A former employee at a financial firm was entitled to damages and attorneys’ fees for pregnancy discrimination, according to a Los Angeles County trial court. The California Court of Appeal recently upheld that decision in the woman’s Fair Employment and Housing Act case, since the employer failed to prove that it would have fired the employee in the same timeframe if it had not known about her pregnancy.
The employee in the case, Fatanah LaFleur, had worked at Woodbridge Structured Funding, LLC for only a few months when she became pregnant. Shortly thereafter, Woodbridge terminated the woman. LaFleur sued under the FEHA, claiming that Woodbridge fired her due to her pregnancy and that she was the second woman to suffer such treatment within a month. LaFleur’s supervisor claimed that he did not know about the pregnancy and fired the woman for gossiping and disrupting the office’s staff.
As part of its defense, the employer claimed that, even if it knew about the woman’s pregnancy, it would have fired LaFleur for her poor job performance, regardless of her condition.
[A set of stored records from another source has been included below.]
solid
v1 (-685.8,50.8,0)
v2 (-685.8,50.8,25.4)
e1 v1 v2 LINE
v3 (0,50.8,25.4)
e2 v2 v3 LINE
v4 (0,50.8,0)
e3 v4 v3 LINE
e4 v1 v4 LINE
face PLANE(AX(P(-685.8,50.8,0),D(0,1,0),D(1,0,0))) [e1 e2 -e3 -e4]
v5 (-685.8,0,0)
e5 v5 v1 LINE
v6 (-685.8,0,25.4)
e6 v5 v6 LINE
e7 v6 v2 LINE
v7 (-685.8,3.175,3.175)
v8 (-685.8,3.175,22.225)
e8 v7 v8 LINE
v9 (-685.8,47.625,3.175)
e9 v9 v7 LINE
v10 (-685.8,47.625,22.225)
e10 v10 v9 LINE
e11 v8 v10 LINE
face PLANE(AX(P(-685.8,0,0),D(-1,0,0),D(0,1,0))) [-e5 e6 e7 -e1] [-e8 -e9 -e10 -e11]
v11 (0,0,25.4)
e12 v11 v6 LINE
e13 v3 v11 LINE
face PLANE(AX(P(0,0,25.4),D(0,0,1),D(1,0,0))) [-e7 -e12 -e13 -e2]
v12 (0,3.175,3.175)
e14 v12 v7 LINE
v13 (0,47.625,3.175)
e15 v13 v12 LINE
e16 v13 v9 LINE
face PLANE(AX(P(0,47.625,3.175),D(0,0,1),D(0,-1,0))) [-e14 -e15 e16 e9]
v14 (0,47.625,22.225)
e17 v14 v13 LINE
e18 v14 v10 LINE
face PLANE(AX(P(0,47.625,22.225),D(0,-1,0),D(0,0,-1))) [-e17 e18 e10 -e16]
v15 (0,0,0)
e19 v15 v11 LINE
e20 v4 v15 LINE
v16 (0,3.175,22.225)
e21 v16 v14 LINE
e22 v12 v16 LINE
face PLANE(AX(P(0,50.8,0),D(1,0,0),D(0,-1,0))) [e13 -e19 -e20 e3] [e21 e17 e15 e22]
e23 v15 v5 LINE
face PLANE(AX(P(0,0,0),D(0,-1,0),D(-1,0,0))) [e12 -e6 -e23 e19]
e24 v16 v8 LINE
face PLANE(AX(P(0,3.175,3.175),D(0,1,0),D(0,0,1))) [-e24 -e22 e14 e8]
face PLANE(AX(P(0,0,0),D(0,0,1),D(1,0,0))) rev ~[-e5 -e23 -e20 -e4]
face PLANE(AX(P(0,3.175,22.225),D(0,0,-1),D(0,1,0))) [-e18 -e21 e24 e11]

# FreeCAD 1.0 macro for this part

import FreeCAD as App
import Part
import Sketcher
Q = App.Units.Quantity

doc = App.newDocument("Part")
body = doc.addObject("PartDesign::Body", "Body")

# Sketch on XY plane
sketch1 = body.newObject("Sketcher::SketchObject", "Sketch")
sketch1.AttachmentSupport = (doc.getObject("XY_Plane"), [""])
sketch1.MapMode = "FlatFace"
sketch1.addGeometry(Part.LineSegment(App.Vector(-686, 0, 0), App.Vector(0, 0, 0)), False)
sketch1.addGeometry(Part.LineSegment(App.Vector(0, 0, 0), App.Vector(0, 51, 0)), False)
sketch1.addGeometry(Part.LineSegment(App.Vector(0, 51, 0), App.Vector(-686, 51, 0)), False)
sketch1.addGeometry(Part.LineSegment(App.Vector(-686, 51, 0), App.Vector(-686, 0, 0)), False)
sketch1.addConstraint(Sketcher.Constraint("Coincident", 0, 2, 1, 1))
sketch1.addConstraint(Sketcher.Constraint("Coincident", 1, 2, 2, 1))
sketch1.addConstraint(Sketcher.Constraint("Coincident", 2, 2, 3, 1))
sketch1.addConstraint(Sketcher.Constraint("Coincident", 3, 2, 0, 1))
sketch1.addConstraint(Sketcher.Constraint("Horizontal", 0))
sketch1.addConstraint(Sketcher.Constraint("Vertical", 1))
sketch1.addConstraint(Sketcher.Constraint("Horizontal", 2))
sketch1.addConstraint(Sketcher.Constraint("Vertical", 3))
sketch1.addConstraint(Sketcher.Constraint("Coincident", 0, 2, -1, 1))
sketch1.addConstraint(Sketcher.Constraint("DistanceX", 0, 1, 0, 2, Q("27 in")))
sketch1.addConstraint(Sketcher.Constraint("DistanceY", 1, 1, 1, 2, Q("2 in")))
pad1 = body.newObject("PartDesign::Pad", "Pad")
pad1.Profile = sketch1
pad1.Length = Q("1 in")

# Sketch on YZ plane
sketch2 = body.newObject("Sketcher::SketchObject", "Sketch001")
sketch2.AttachmentSupport = (doc.getObject("YZ_Plane"), [""])
sketch2.MapMode = "FlatFace"
sketch2.addGeometry(Part.LineSegment(App.Vector(48, 3, 0), App.Vector(48, 22, 0)), False)
sketch2.addGeometry(Part.LineSegment(App.Vector(48, 22, 0), App.Vector(3, 22, 0)), False)
sketch2.addGeometry(Part.LineSegment(App.Vector(3, 22, 0), App.Vector(3, 3, 0)), False)
sketch2.addGeometry(Part.LineSegment(App.Vector(3, 3, 0), App.Vector(48, 3, 0)), False)
sketch2.addConstraint(Sketcher.Constraint("Coincident", 0, 2, 1, 1))
sketch2.addConstraint(Sketcher.Constraint("Coincident", 1, 2, 2, 1))
sketch2.addConstraint(Sketcher.Constraint("Coincident", 2, 2, 3, 1))
sketch2.addConstraint(Sketcher.Constraint("Coincident", 3, 2, 0, 1))
sketch2.addConstraint(Sketcher.Constraint("Vertical", 0))
sketch2.addConstraint(Sketcher.Constraint("Horizontal", 1))
sketch2.addConstraint(Sketcher.Constraint("Vertical", 2))
sketch2.addConstraint(Sketcher.Constraint("Horizontal", 3))
sketch2.addConstraint(Sketcher.Constraint("DistanceX", -1, 1, 1, 2, Q("0.125 in")))
sketch2.addConstraint(Sketcher.Constraint("DistanceY", -1, 1, 2, 2, Q("0.125 in")))
sketch2.addConstraint(Sketcher.Constraint("DistanceX", 1, 2, 1, 1, Q("1.75 in")))
sketch2.addConstraint(Sketcher.Constraint("DistanceY", 0, 1, 0, 2, Q("0.75 in")))
pocket1 = body.newObject("PartDesign::Pocket", "Pocket")
pocket1.Profile = sketch2
pocket1.Length = Q("27 in")

doc.recompute()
The jury in the case, however, determined that the employer would not have taken the action it did, in the same timeframe that it did, if not for LaFleur’s pregnancy.
The employee received an award of damages totaling $30,000, plus attorneys’ fees in excess of $160,000. The employer appealed, but to no avail. The employer’s argument centered upon the claim that the judge gave the jury incorrect or misleading instructions regarding Woodbridge’s “mixed-motive” defense. Under California law, an employer can escape liability for discrimination under the FEHA if the discrimination was not a “substantial factor” causing the employee’s termination. In other words, if the employer would have fired that employee for valid, nondiscriminatory reasons anyway, it would not be liable.
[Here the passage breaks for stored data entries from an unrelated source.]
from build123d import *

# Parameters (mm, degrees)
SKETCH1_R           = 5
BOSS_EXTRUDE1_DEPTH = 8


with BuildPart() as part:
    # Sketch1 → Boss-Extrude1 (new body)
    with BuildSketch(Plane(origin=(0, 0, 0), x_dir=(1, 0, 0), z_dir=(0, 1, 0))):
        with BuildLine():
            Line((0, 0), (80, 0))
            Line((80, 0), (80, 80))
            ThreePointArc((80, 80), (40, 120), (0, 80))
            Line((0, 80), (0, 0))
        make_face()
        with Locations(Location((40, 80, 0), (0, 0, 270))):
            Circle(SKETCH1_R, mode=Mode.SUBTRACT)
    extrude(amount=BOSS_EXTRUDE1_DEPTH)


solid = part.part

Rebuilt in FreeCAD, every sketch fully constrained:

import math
import FreeCAD as App
import Part
import Sketcher

V = App.Vector

doc = App.newDocument("Part")
body = doc.addObject("PartDesign::Body", "Body")

# Sketch on XZ plane
sketch1 = body.newObject("Sketcher::SketchObject", "Sketch")
sketch1.AttachmentSupport = (doc.getObject("XZ_Plane"), [""])
sketch1.MapMode = "FlatFace"
sketch1.addGeometry([
    Part.LineSegment(V(0, 0, 0), V(80, 0, 0)),  # 0
    Part.LineSegment(V(80, 0, 0), V(80, -80, 0)),  # 1
    Part.ArcOfCircle(Part.Circle(V(40, -80, 0), V(0, 0, 1), 40), math.radians(180), math.radians(360)),  # 2
    Part.LineSegment(V(0, -80, 0), V(0, 0, 0)),  # 3
    Part.Circle(V(40, -80, 0), V(0, 0, 1), 5),  # 4
], False)
sketch1.addConstraint([
    Sketcher.Constraint("Coincident", 0, 2, 1, 1),
    Sketcher.Constraint("Tangent", 1, 2, 2, 2),
    Sketcher.Constraint("Tangent", 2, 1, 3, 1),
    Sketcher.Constraint("Coincident", 3, 2, 0, 1),
    Sketcher.Constraint("Horizontal", 0),
    Sketcher.Constraint("Vertical", 1),
    Sketcher.Constraint("Vertical", 3),
    Sketcher.Constraint("Coincident", 3, 2, -1, 1),
    Sketcher.Constraint("Coincident", 4, 3, 2, 3),
    Sketcher.Constraint("Equal", 0, 1),
    Sketcher.Constraint("Diameter", 4, 10.0),
    Sketcher.Constraint("Radius", 2, 40.0),
])
pad1 = body.newObject("PartDesign::Pad", "Pad")
pad1.Profile = sketch1
pad1.Length = 8
pad1.Reversed = True

doc.recompute()
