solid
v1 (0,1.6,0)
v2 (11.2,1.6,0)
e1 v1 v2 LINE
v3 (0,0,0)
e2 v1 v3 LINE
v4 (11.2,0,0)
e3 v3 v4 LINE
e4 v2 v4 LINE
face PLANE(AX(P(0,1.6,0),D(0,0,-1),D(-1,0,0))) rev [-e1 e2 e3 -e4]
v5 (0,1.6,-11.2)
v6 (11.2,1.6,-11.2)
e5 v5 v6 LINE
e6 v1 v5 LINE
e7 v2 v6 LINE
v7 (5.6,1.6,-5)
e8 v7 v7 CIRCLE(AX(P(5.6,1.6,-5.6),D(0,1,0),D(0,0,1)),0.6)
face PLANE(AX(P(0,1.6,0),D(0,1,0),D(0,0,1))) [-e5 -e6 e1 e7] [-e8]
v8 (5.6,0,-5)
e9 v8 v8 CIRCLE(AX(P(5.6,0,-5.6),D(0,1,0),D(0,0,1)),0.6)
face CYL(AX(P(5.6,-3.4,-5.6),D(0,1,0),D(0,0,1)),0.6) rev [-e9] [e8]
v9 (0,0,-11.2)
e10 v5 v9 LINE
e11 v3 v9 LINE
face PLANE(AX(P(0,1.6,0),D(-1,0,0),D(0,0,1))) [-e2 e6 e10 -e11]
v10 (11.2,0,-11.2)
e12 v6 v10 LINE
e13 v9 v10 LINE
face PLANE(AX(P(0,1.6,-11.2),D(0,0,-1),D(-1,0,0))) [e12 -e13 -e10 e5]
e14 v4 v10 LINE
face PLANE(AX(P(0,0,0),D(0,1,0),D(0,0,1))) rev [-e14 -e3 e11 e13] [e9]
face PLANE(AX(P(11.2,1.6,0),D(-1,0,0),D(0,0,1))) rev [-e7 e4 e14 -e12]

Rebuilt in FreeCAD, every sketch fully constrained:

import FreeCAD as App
import Part
import Sketcher
Q = App.Units.Quantity


def add_polygon(sketch, points):
    """Adds a closed chain of lines whose ends are joined by coincident constraints."""
    first, n = sketch.GeometryCount, len(points)
    for a, b in zip(points, points[1:] + points[:1]):
        sketch.addGeometry(Part.LineSegment(App.Vector(*a, 0), App.Vector(*b, 0)), False)
    for i in range(n):
        sketch.addConstraint(Sketcher.Constraint("Coincident", first + i, 2, first + (i + 1) % n, 1))

doc = App.newDocument("Part")
body = doc.addObject("PartDesign::Body", "Body")

# Sketch on XZ plane
sketch1 = body.newObject("Sketcher::SketchObject", "Sketch")
sketch1.AttachmentSupport = (doc.getObject("XZ_Plane"), [""])
sketch1.MapMode = "FlatFace"
add_polygon(sketch1, [(0, -11), (0, 0), (11, 0), (11, -11)])  # lines 0-3
sketch1.addConstraint(Sketcher.Constraint("Vertical", 0))
sketch1.addConstraint(Sketcher.Constraint("Horizontal", 1))
sketch1.addConstraint(Sketcher.Constraint("Vertical", 2))
sketch1.addConstraint(Sketcher.Constraint("Horizontal", 3))
sketch1.addConstraint(Sketcher.Constraint("Coincident", 0, 2, -1, 1))
sketch1.addConstraint(Sketcher.Constraint("Equal", 3, 0))
sketch1.addConstraint(Sketcher.Constraint("DistanceX", 1, 1, 1, 2, Q("11.2 mm")))
pad1 = body.newObject("PartDesign::Pad", "Pad")
pad1.Profile = sketch1
pad1.Length = 1.6
pad1.Reversed = True

# Sketch on XZ plane
sketch2 = body.newObject("Sketcher::SketchObject", "Sketch001")
sketch2.AttachmentSupport = (doc.getObject("XZ_Plane"), [""])
sketch2.MapMode = "FlatFace"
sketch2.AttachmentOffset = App.Placement(App.Vector(0, 0, -1.6), App.Rotation())
sketch2.addGeometry(Part.Circle(App.Vector(5.6, -5.6, 0), App.Vector(0, 0, 1), 0.6), False)
sketch2.addConstraint(Sketcher.Constraint("Diameter", 0, Q("1.2 mm")))
sketch2.addConstraint(Sketcher.Constraint("DistanceX", -1, 1, 0, 3, Q("5.6 mm")))
sketch2.addConstraint(Sketcher.Constraint("DistanceY", 0, 3, -1, 1, Q("5.6 mm")))
pocket1 = body.newObject("PartDesign::Pocket", "Pocket")
pocket1.Profile = sketch2
pocket1.Length = 5
pocket1.Reversed = True

doc.recompute()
In LaFleur’s case, the judge instructed the jury that they needed to decide whether or not Woodbridge would have fired the woman for poor performance in the same timeframe as it did, even if she had not been pregnant. (The jury decided that Woodbridge would not have done so.) Contrary to what Woodbridge argued, this instruction from the judge was not misleading or inaccurate. The answer correctly summarized the state of the law of mixed-motive defenses following the Supreme Court’s ruling in Harris v. City of Santa Monica. That decision stated that an employer could escape liability if it could prove that “legitimate, nondiscriminatory reasons would have led it to make the same decision at the time.” The jury concluded that the employer failed to prove this, so the mixed-motive defense failed.
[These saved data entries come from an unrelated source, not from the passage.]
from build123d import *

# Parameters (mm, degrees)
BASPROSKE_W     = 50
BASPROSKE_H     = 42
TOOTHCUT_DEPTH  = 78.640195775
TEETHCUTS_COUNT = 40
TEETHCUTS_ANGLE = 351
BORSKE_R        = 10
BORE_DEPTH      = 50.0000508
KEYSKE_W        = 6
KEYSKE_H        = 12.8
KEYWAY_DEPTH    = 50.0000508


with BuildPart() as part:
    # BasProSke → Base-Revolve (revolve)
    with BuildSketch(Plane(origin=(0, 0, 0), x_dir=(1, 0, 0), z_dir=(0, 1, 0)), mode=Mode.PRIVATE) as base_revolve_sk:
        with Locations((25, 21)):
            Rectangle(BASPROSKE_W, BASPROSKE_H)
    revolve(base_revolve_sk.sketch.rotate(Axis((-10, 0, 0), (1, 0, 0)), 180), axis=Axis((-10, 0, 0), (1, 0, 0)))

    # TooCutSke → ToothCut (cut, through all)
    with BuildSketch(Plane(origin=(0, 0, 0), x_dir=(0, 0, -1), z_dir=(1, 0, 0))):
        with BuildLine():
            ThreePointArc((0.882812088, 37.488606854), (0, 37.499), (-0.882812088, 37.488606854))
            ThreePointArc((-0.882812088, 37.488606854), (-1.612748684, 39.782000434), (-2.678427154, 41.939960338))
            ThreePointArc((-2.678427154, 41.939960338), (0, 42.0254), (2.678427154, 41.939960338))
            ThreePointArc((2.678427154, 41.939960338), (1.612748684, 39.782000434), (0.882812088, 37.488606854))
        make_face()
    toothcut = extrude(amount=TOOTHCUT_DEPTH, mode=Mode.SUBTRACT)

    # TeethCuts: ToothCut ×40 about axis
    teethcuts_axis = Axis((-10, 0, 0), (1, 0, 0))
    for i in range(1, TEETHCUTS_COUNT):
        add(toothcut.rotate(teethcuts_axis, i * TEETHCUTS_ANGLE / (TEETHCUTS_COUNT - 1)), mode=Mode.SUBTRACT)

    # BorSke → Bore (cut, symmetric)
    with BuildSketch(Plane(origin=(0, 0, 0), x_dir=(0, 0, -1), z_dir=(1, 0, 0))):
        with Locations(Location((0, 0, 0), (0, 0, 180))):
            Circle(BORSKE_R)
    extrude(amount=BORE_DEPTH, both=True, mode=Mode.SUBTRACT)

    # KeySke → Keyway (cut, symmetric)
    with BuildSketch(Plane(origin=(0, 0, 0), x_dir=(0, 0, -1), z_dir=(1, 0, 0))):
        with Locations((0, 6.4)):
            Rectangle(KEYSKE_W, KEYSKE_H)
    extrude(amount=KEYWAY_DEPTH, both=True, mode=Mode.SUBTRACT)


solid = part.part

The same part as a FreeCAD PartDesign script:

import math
import FreeCAD as App
import Part
import Sketcher
from FreeCAD import Vector
Q = App.Units.Quantity

doc = App.newDocument("Part")
body = doc.addObject("PartDesign::Body", "Body")

# Sketch on XZ plane
sketch1 = body.newObject("Sketcher::SketchObject", "Sketch")
sketch1.AttachmentSupport = (doc.getObject("XZ_Plane"), [""])
sketch1.MapMode = "FlatFace"
sketch1.addGeometry(Part.LineSegment(Vector(0, -42, 0), Vector(0, 0, 0)), False)
sketch1.addGeometry(Part.LineSegment(Vector(0, 0, 0), Vector(50, 0, 0)), False)
sketch1.addGeometry(Part.LineSegment(Vector(50, 0, 0), Vector(50, -42, 0)), False)
sketch1.addGeometry(Part.LineSegment(Vector(50, -42, 0), Vector(0, -42, 0)), False)
sketch1.addConstraint(Sketcher.Constraint("Coincident", 0, 2, 1, 1))
sketch1.addConstraint(Sketcher.Constraint("Coincident", 1, 2, 2, 1))
sketch1.addConstraint(Sketcher.Constraint("Coincident", 2, 2, 3, 1))
sketch1.addConstraint(Sketcher.Constraint("Coincident", 3, 2, 0, 1))
sketch1.addConstraint(Sketcher.Constraint("Vertical", 0))
sketch1.addConstraint(Sketcher.Constraint("Horizontal", 1))
sketch1.addConstraint(Sketcher.Constraint("Vertical", 2))
sketch1.addConstraint(Sketcher.Constraint("Horizontal", 3))
sketch1.addConstraint(Sketcher.Constraint("Coincident", 0, 2, -1, 1))
sketch1.addConstraint(Sketcher.Constraint("DistanceX", 1, 1, 1, 2, Q("50 mm")))
sketch1.addConstraint(Sketcher.Constraint("DistanceY", 0, 1, 0, 2, Q("42 mm")))
revolution = body.newObject("PartDesign::Revolution", "Revolution")
revolution.Profile = sketch1
revolution.ReferenceAxis = (sketch1, ["H_Axis"])
revolution.Angle = 360

# Sketch on YZ plane
sketch2 = body.newObject("Sketcher::SketchObject", "Sketch001")
sketch2.AttachmentSupport = (doc.getObject("YZ_Plane"), [""])
sketch2.MapMode = "FlatFace"
sketch2.addGeometry(Part.ArcOfCircle(Part.Circle(Vector(-0.000002, 0, 0), Vector(0, 0, 1), 37.499002), math.radians(-1.348998), math.radians(1.348998)), False)
sketch2.addGeometry(Part.ArcOfCircle(Part.Circle(Vector(33.796459, -16.450986, 0), Vector(0, 0, 1), 16), math.radians(59.40483), math.radians(76.658223)), False)
sketch2.addGeometry(Part.ArcOfCircle(Part.Circle(Vector(0, 0, 0), Vector(0, 0, 1), 42.0254), math.radians(-3.654139), math.radians(3.654139)), False)
sketch2.addGeometry(Part.ArcOfCircle(Part.Circle(Vector(33.796459, 16.450986, 0), Vector(0, 0, 1), 16), math.radians(-76.658223), math.radians(-59.40483)), False)
sketch2.addConstraint(Sketcher.Constraint("Coincident", 0, 1, 1, 2))
sketch2.addConstraint(Sketcher.Constraint("Coincident", 1, 1, 2, 1))
sketch2.addConstraint(Sketcher.Constraint("Coincident", 2, 2, 3, 2))
sketch2.addConstraint(Sketcher.Constraint("Coincident", 3, 1, 0, 2))
sketch2.addConstraint(Sketcher.Constraint("Coincident", 0, 3, -1, 1))
sketch2.addConstraint(Sketcher.Constraint("Coincident", 2, 3, -1, 1))
sketch2.addConstraint(Sketcher.Constraint("Equal", 1, 3))
sketch2.addConstraint(Sketcher.Constraint("Symmetric", 1, 3, 3, 3, -1))
sketch2.addConstraint(Sketcher.Constraint("Radius", 1, Q("16 mm")))
sketch2.addConstraint(Sketcher.Constraint("Radius", 0, Q("37.499002 mm")))
sketch2.addConstraint(Sketcher.Constraint("Radius", 2, Q("42.0254 mm")))
sketch2.addConstraint(Sketcher.Constraint("DistanceY", 0, 1, 3, 3, Q("17.333798 mm")))
sketch2.addConstraint(Sketcher.Constraint("DistanceX", 1, 3, 1, 1, Q("8.143502 mm")))
pocket1 = body.newObject("PartDesign::Pocket", "Pocket")
pocket1.Profile = sketch2
pocket1.Type = "ThroughAll"
pocket1.Reversed = True
doc.recompute()

polarpattern = body.newObject("PartDesign::PolarPattern", "PolarPattern")
polarpattern.Originals = [pocket1]
polarpattern.Axis = (doc.getObject("X_Axis"), [""])
polarpattern.Angle = 360
polarpattern.Occurrences = 40
body.Tip = polarpattern

# Sketch on YZ plane
sketch3 = body.newObject("Sketcher::SketchObject", "Sketch002")
sketch3.AttachmentSupport = (doc.getObject("YZ_Plane"), [""])
sketch3.MapMode = "FlatFace"
sketch3.addGeometry(Part.Circle(Vector(0, 0, 0), Vector(0, 0, 1), 10), False)
sketch3.addConstraint(Sketcher.Constraint("Coincident", 0, 3, -1, 1))
sketch3.addConstraint(Sketcher.Constraint("Diameter", 0, Q("20 mm")))
pocket2 = body.newObject("PartDesign::Pocket", "Pocket001")
pocket2.Profile = sketch3
pocket2.Length = 100.000102
pocket2.Midplane = True

# Sketch on YZ plane
sketch4 = body.newObject("Sketcher::SketchObject", "Sketch003")
sketch4.AttachmentSupport = (doc.getObject("YZ_Plane"), [""])
sketch4.MapMode = "FlatFace"
sketch4.addGeometry(Part.LineSegment(Vector(12.8, 3, 0), Vector(0, 3, 0)), False)
sketch4.addGeometry(Part.LineSegment(Vector(0, 3, 0), Vector(0, -3, 0)), False)
sketch4.addGeometry(Part.LineSegment(Vector(0, -3, 0), Vector(12.8, -3, 0)), False)
sketch4.addGeometry(Part.LineSegment(Vector(12.8, -3, 0), Vector(12.8, 3, 0)), False)
sketch4.addConstraint(Sketcher.Constraint("Coincident", 0, 2, 1, 1))
sketch4.addConstraint(Sketcher.Constraint("Coincident", 1, 2, 2, 1))
sketch4.addConstraint(Sketcher.Constraint("Coincident", 2, 2, 3, 1))
sketch4.addConstraint(Sketcher.Constraint("Coincident", 3, 2, 0, 1))
sketch4.addConstraint(Sketcher.Constraint("Horizontal", 0))
sketch4.addConstraint(Sketcher.Constraint("Vertical", 1))
sketch4.addConstraint(Sketcher.Constraint("Horizontal", 2))
sketch4.addConstraint(Sketcher.Constraint("Vertical", 3))
sketch4.addConstraint(Sketcher.Constraint("Symmetric", 0, 2, 1, 2, -1, 1))
sketch4.addConstraint(Sketcher.Constraint("DistanceY", 1, 2, 1, 1, Q("6 mm")))
sketch4.addConstraint(Sketcher.Constraint("DistanceX", 0, 2, 0, 1, Q("12.8 mm")))
pocket3 = body.newObject("PartDesign::Pocket", "Pocket002")
pocket3.Profile = sketch4
pocket3.Length = 100.000102
pocket3.Midplane = True

doc.recompute()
Woodbridge’s appeal of the attorneys’ fees also failed. Contrary to the employer’s contention, an employee’s FEHA discrimination case does not always need to make an “important contribution to the public interest” in order to justify a court in awarding attorneys’ fees. The law states that employees are only ineligible to receive attorneys’ fees if their cases have “no broad public impact or … are factually or legally weak.” LaFleur’s case was factually and legally strong, so awarding her attorneys’ fees was entirely proper.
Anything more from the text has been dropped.